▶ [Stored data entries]
------------------------
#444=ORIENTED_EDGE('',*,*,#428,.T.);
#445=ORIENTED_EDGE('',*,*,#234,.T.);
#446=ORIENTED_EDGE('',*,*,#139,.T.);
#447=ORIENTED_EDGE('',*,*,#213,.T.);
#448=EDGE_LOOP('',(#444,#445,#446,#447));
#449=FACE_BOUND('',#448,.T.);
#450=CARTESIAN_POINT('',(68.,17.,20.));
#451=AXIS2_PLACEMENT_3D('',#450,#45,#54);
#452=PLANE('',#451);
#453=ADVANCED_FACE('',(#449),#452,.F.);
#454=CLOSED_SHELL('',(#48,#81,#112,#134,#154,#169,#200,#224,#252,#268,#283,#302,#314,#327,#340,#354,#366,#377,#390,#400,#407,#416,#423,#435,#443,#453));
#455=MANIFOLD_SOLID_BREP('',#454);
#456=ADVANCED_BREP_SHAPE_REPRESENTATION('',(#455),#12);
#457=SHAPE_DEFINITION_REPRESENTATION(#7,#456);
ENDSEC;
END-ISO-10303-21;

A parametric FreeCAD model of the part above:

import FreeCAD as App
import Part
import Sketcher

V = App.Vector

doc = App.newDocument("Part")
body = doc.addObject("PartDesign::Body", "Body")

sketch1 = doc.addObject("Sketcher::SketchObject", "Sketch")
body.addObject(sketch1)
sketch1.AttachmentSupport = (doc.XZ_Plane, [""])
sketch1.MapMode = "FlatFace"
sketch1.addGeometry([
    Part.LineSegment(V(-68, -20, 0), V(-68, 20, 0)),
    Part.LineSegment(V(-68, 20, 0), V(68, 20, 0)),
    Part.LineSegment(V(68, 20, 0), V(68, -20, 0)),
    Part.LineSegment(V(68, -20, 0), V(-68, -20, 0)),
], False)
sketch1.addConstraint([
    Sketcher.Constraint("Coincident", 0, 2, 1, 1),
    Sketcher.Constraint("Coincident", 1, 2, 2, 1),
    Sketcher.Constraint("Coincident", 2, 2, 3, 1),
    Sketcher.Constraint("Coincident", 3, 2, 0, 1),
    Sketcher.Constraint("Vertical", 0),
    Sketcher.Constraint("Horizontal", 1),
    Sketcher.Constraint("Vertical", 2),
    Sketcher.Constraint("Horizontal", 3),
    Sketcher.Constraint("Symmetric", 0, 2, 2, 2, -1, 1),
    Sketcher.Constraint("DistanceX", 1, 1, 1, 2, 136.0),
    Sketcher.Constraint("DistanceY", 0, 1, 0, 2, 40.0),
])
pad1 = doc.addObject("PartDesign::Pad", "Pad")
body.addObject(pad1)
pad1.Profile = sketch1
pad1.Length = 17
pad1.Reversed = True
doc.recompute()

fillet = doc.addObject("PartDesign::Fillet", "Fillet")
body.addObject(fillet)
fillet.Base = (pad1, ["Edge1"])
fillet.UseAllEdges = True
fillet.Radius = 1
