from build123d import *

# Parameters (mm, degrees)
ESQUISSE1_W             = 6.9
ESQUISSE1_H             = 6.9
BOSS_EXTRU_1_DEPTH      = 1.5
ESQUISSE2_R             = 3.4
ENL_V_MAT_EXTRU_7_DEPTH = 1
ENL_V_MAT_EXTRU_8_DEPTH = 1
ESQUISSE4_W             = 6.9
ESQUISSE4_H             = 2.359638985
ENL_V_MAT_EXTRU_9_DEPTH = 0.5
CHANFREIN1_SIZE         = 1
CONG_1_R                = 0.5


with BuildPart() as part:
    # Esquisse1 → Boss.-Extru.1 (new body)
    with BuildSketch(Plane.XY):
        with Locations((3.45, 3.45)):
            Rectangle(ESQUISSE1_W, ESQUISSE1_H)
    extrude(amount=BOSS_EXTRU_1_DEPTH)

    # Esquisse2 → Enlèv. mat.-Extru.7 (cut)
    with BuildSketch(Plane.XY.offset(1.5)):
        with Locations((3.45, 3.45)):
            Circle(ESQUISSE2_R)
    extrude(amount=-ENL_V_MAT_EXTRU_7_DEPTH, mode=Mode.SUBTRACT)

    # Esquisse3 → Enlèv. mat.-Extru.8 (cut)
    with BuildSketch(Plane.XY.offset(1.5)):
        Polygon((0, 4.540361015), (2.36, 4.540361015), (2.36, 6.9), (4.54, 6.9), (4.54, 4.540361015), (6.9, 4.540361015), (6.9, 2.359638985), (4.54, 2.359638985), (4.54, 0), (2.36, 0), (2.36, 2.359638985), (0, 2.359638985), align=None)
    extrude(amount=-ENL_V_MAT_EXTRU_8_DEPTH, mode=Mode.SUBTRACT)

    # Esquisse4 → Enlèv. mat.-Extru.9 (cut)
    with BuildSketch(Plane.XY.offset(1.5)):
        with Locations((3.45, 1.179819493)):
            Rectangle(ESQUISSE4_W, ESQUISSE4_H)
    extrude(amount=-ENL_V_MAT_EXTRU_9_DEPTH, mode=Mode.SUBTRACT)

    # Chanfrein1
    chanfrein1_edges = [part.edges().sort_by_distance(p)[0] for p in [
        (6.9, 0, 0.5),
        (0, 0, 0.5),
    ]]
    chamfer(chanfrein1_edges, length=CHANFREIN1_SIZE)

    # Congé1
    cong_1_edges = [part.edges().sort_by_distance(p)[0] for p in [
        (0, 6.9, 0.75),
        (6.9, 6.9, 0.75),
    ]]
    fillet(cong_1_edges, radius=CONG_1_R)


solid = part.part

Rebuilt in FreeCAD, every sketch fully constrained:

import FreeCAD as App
import Part
import Sketcher
from FreeCAD import Vector
Q = App.Units.Quantity


def edges_at(feature, points):
    """Names of the edges that pass closest to the given points."""
    edges = feature.Shape.Edges
    near = lambda p: min(range(len(edges)), key=lambda i: edges[i].distToShape(Part.Vertex(*p))[0])
    return sorted({f"Edge{near(p) + 1}" for p in points})

doc = App.newDocument("Part")
body = doc.addObject("PartDesign::Body", "Body")

sketch1 = doc.addObject("Sketcher::SketchObject", "Sketch")
body.addObject(sketch1)
sketch1.AttachmentSupport = (doc.XY_Plane, [""])
sketch1.MapMode = "FlatFace"
sketch1.addGeometry(Part.LineSegment(Vector(0, 7, 0), Vector(0, 0, 0)), False)
sketch1.addGeometry(Part.LineSegment(Vector(0, 0, 0), Vector(7, 0, 0)), False)
sketch1.addGeometry(Part.LineSegment(Vector(7, 0, 0), Vector(7, 7, 0)), False)
sketch1.addGeometry(Part.LineSegment(Vector(7, 7, 0), Vector(0, 7, 0)), False)
sketch1.addConstraint(Sketcher.Constraint("Coincident", 0, 2, 1, 1))
sketch1.addConstraint(Sketcher.Constraint("Coincident", 1, 2, 2, 1))
sketch1.addConstraint(Sketcher.Constraint("Coincident", 2, 2, 3, 1))
sketch1.addConstraint(Sketcher.Constraint("Coincident", 3, 2, 0, 1))
sketch1.addConstraint(Sketcher.Constraint("Vertical", 0))
sketch1.addConstraint(Sketcher.Constraint("Horizontal", 1))
sketch1.addConstraint(Sketcher.Constraint("Vertical", 2))
sketch1.addConstraint(Sketcher.Constraint("Horizontal", 3))
sketch1.addConstraint(Sketcher.Constraint("Coincident", 0, 2, -1, 1))
sketch1.addConstraint(Sketcher.Constraint("Equal", 3, 0))
sketch1.addConstraint(Sketcher.Constraint("DistanceX", 1, 1, 1, 2, Q("6.9 mm")))
pad1 = doc.addObject("PartDesign::Pad", "Pad")
body.addObject(pad1)
pad1.Profile = sketch1
pad1.Length = 1.5

sketch2 = doc.addObject("Sketcher::SketchObject", "Sketch001")
body.addObject(sketch2)
sketch2.AttachmentSupport = (doc.XY_Plane, [""])
sketch2.MapMode = "FlatFace"
sketch2.AttachmentOffset = App.Placement(Vector(0, 0, 1.5), App.Rotation())
sketch2.addGeometry(Part.Circle(Vector(3.5, 3.5, 0), Vector(0, 0, 1), 3.4), False)
sketch2.addConstraint(Sketcher.Constraint("Diameter", 0, Q("6.8 mm")))
sketch2.addConstraint(Sketcher.Constraint("DistanceX", -1, 1, 0, 3, Q("3.45 mm")))
sketch2.addConstraint(Sketcher.Constraint("DistanceY", -1, 1, 0, 3, Q("3.45 mm")))
pocket1 = doc.addObject("PartDesign::Pocket", "Pocket")
body.addObject(pocket1)
pocket1.Profile = sketch2
pocket1.Length = 1

sketch3 = doc.addObject("Sketcher::SketchObject", "Sketch002")
body.addObject(sketch3)
sketch3.AttachmentSupport = (doc.XY_Plane, [""])
sketch3.MapMode = "FlatFace"
sketch3.AttachmentOffset = App.Placement(Vector(0, 0, 1.5), App.Rotation())
sketch3.addGeometry(Part.LineSegment(Vector(2.4, 4.5, 0), Vector(0, 4.5, 0)), False)
sketch3.addGeometry(Part.LineSegment(Vector(0, 4.5, 0), Vector(0, 2.4, 0)), False)
sketch3.addGeometry(Part.LineSegment(Vector(0, 2.4, 0), Vector(2.4, 2.4, 0)), False)
sketch3.addGeometry(Part.LineSegment(Vector(2.4, 2.4, 0), Vector(2.4, 0, 0)), False)
sketch3.addGeometry(Part.LineSegment(Vector(2.4, 0, 0), Vector(4.5, 0, 0)), False)
sketch3.addGeometry(Part.LineSegment(Vector(4.5, 0, 0), Vector(4.5, 2.4, 0)), False)
sketch3.addGeometry(Part.LineSegment(Vector(4.5, 2.4, 0), Vector(6.9, 2.4, 0)), False)
sketch3.addGeometry(Part.LineSegment(Vector(6.9, 2.4, 0), Vector(6.9, 4.5, 0)), False)
sketch3.addGeometry(Part.LineSegment(Vector(6.9, 4.5, 0), Vector(4.5, 4.5, 0)), False)
sketch3.addGeometry(Part.LineSegment(Vector(4.5, 4.5, 0), Vector(4.5, 6.9, 0)), False)
sketch3.addGeometry(Part.LineSegment(Vector(4.5, 6.9, 0), Vector(2.4, 6.9, 0)), False)
sketch3.addGeometry(Part.LineSegment(Vector(2.4, 6.9, 0), Vector(2.4, 4.5, 0)), False)
sketch3.addConstraint(Sketcher.Constraint("Coincident", 0, 2, 1, 1))
sketch3.addConstraint(Sketcher.Constraint("Coincident", 1, 2, 2, 1))
sketch3.addConstraint(Sketcher.Constraint("Coincident", 2, 2, 3, 1))
sketch3.addConstraint(Sketcher.Constraint("Coincident", 3, 2, 4, 1))
sketch3.addConstraint(Sketcher.Constraint("Coincident", 4, 2, 5, 1))
sketch3.addConstraint(Sketcher.Constraint("Coincident", 5, 2, 6, 1))
sketch3.addConstraint(Sketcher.Constraint("Coincident", 6, 2, 7, 1))
sketch3.addConstraint(Sketcher.Constraint("Coincident", 7, 2, 8, 1))
sketch3.addConstraint(Sketcher.Constraint("Coincident", 8, 2, 9, 1))
sketch3.addConstraint(Sketcher.Constraint("Coincident", 9, 2, 10, 1))
sketch3.addConstraint(Sketcher.Constraint("Coincident", 10, 2, 11, 1))
sketch3.addConstraint(Sketcher.Constraint("Coincident", 11, 2, 0, 1))
sketch3.addConstraint(Sketcher.Constraint("Horizontal", 0))
sketch3.addConstraint(Sketcher.Constraint("Vertical", 1))
sketch3.addConstraint(Sketcher.Constraint("Horizontal", 2))
sketch3.addConstraint(Sketcher.Constraint("Vertical", 3))
sketch3.addConstraint(Sketcher.Constraint("Horizontal", 4))
sketch3.addConstraint(Sketcher.Constraint("Vertical", 5))
sketch3.addConstraint(Sketcher.Constraint("Horizontal", 6))
sketch3.addConstraint(Sketcher.Constraint("Vertical", 7))
sketch3.addConstraint(Sketcher.Constraint("Horizontal", 8))
sketch3.addConstraint(Sketcher.Constraint("Vertical", 9))
sketch3.addConstraint(Sketcher.Constraint("Horizontal", 10))
sketch3.addConstraint(Sketcher.Constraint("Vertical", 11))
sketch3.addConstraint(Sketcher.Constraint("PointOnObject", 0, 2, -2))
sketch3.addConstraint(Sketcher.Constraint("PointOnObject", 3, 2, -1))
sketch3.addConstraint(Sketcher.Constraint("Horizontal", 2, 2, 5, 2))
sketch3.addConstraint(Sketcher.Constraint("Horizontal", 0, 2, 7, 2))
sketch3.addConstraint(Sketcher.Constraint("Vertical", 5, 2, 8, 2))
sketch3.addConstraint(Sketcher.Constraint("Vertical", 3, 2, 10, 2))
sketch3.addConstraint(Sketcher.Constraint("Equal", 2, 6))
sketch3.addConstraint(Sketcher.Constraint("Equal", 5, 9))
sketch3.addConstraint(Sketcher.Constraint("DistanceX", 0, 2, 0, 1, Q("2.36 mm")))
sketch3.addConstraint(Sketcher.Constraint("DistanceX", 4, 1, 4, 2, Q("2.18 mm")))
sketch3.addConstraint(Sketcher.Constraint("DistanceY", -1, 1, 9, 2, Q("6.9 mm")))
sketch3.addConstraint(Sketcher.Constraint("DistanceY", 3, 2, 3, 1, Q("2.359639 mm")))
pocket2 = doc.addObject("PartDesign::Pocket", "Pocket001")
body.addObject(pocket2)
pocket2.Profile = sketch3
pocket2.Length = 1

sketch4 = doc.addObject("Sketcher::SketchObject", "Sketch003")
body.addObject(sketch4)
sketch4.AttachmentSupport = (doc.XY_Plane, [""])
sketch4.MapMode = "FlatFace"
sketch4.AttachmentOffset = App.Placement(Vector(0, 0, 1.5), App.Rotation())
sketch4.addGeometry(Part.LineSegment(Vector(0, 2.4, 0), Vector(0, 0, 0)), False)
sketch4.addGeometry(Part.LineSegment(Vector(0, 0, 0), Vector(6.9, 0, 0)), False)
sketch4.addGeometry(Part.LineSegment(Vector(6.9, 0, 0), Vector(6.9, 2.4, 0)), False)
sketch4.addGeometry(Part.LineSegment(Vector(6.9, 2.4, 0), Vector(0, 2.4, 0)), False)
sketch4.addConstraint(Sketcher.Constraint("Coincident", 0, 2, 1, 1))
sketch4.addConstraint(Sketcher.Constraint("Coincident", 1, 2, 2, 1))
sketch4.addConstraint(Sketcher.Constraint("Coincident", 2, 2, 3, 1))
sketch4.addConstraint(Sketcher.Constraint("Coincident", 3, 2, 0, 1))
sketch4.addConstraint(Sketcher.Constraint("Vertical", 0))
sketch4.addConstraint(Sketcher.Constraint("Horizontal", 1))
sketch4.addConstraint(Sketcher.Constraint("Vertical", 2))
sketch4.addConstraint(Sketcher.Constraint("Horizontal", 3))
sketch4.addConstraint(Sketcher.Constraint("Coincident", 0, 2, -1, 1))
sketch4.addConstraint(Sketcher.Constraint("DistanceX", 1, 1, 1, 2, Q("6.9 mm")))
sketch4.addConstraint(Sketcher.Constraint("DistanceY", 0, 2, 0, 1, Q("2.359639 mm")))
pocket3 = doc.addObject("PartDesign::Pocket", "Pocket002")
body.addObject(pocket3)
pocket3.Profile = sketch4
pocket3.Length = 0.5
doc.recompute()

chamfer = doc.addObject("PartDesign::Chamfer", "Chamfer")
body.addObject(chamfer)
chamfer.Base = (pocket3, edges_at(pocket3, [(6.9, 0, 0.5), (0, 0, 0.5)]))
chamfer.Size = 1
doc.recompute()

fillet = doc.addObject("PartDesign::Fillet", "Fillet")
body.addObject(fillet)
fillet.Base = (chamfer, edges_at(chamfer, [(0, 6.9, 0.75), (6.9, 6.9, 0.75)]))
fillet.Radius = 0.5

doc.recompute()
------------------------
▶ [WORK TO BE COMPLETED]
Which lines of the records above contain the word "Enlèv"? Show each of them.

▶ [YOUR SOLUTION]
    # Esquisse2 → Enlèv. mat.-Extru.7 (cut)
    # Esquisse3 → Enlèv. mat.-Extru.8 (cut)
    # Esquisse4 → Enlèv. mat.-Extru.9 (cut)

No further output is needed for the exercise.